### TO DO
Beginning with the line that contains "#50=CLOSED_SHELL('',(#39,#44,#49));", transcribe every line down to the end of the entries, exactly, and no other lines.

### SOURCE DATA
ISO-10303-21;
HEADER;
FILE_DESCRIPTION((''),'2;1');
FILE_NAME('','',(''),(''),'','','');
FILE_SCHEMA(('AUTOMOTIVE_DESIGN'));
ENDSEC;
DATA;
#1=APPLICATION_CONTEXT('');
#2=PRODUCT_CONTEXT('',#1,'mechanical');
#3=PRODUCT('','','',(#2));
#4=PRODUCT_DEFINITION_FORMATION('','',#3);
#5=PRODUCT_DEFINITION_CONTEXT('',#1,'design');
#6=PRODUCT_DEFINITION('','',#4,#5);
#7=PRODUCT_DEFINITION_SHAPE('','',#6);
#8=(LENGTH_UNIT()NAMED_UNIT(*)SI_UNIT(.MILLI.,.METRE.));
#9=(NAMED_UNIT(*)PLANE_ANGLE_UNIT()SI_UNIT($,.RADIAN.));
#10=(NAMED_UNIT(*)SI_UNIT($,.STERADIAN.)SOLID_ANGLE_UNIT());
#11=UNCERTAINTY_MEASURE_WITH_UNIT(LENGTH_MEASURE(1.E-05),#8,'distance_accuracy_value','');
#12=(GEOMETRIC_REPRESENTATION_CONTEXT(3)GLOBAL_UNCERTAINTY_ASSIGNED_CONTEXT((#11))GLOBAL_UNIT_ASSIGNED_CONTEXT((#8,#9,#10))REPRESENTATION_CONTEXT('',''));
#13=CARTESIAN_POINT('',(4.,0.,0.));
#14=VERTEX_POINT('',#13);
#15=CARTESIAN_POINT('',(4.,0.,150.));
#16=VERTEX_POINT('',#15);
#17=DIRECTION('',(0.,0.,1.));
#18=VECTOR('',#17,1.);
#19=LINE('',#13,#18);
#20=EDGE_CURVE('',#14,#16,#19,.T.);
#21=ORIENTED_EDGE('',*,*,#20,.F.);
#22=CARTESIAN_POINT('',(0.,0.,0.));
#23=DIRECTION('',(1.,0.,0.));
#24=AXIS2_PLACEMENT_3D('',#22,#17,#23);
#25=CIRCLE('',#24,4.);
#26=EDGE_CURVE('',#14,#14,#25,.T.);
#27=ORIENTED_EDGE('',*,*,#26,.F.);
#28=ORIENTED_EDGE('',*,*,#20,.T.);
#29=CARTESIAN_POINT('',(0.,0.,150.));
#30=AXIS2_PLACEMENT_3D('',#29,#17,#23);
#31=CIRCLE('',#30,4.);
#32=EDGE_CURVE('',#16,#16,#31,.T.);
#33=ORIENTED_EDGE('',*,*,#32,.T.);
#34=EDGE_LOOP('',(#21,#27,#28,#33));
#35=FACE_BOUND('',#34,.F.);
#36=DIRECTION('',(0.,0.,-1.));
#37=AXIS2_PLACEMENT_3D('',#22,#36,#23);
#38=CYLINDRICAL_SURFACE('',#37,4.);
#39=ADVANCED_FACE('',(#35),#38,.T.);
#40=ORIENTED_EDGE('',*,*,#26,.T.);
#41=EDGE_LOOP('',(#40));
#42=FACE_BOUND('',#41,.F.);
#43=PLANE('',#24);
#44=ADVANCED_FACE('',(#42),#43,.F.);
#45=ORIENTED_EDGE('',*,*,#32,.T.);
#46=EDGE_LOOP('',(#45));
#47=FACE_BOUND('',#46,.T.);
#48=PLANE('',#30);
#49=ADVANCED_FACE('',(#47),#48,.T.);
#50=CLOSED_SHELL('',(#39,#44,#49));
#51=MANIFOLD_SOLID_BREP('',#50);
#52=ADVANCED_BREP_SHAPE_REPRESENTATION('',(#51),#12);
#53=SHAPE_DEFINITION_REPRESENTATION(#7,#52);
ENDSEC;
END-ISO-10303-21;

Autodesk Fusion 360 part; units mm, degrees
sketch "Sketch1" plane through (0, 0, 0) normal (0, 0, 1) x (1, 0, 0)
  circle A0 centre (0, 0) radius 4
  dimension "d1" = 8
extrude "Extrude1" add sketch "Sketch1" along normal blind 150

### EXERCISE OUTPUT
#50=CLOSED_SHELL('',(#39,#44,#49));
#51=MANIFOLD_SOLID_BREP('',#50);
#52=ADVANCED_BREP_SHAPE_REPRESENTATION('',(#51),#12);
#53=SHAPE_DEFINITION_REPRESENTATION(#7,#52);
ENDSEC;
END-ISO-10303-21;

Autodesk Fusion 360 part; units mm, degrees
sketch "Sketch1" plane through (0, 0, 0) normal (0, 0, 1) x (1, 0, 0)
  circle A0 centre (0, 0) radius 4
  dimension "d1" = 8
extrude "Extrude1" add sketch "Sketch1" along normal blind 150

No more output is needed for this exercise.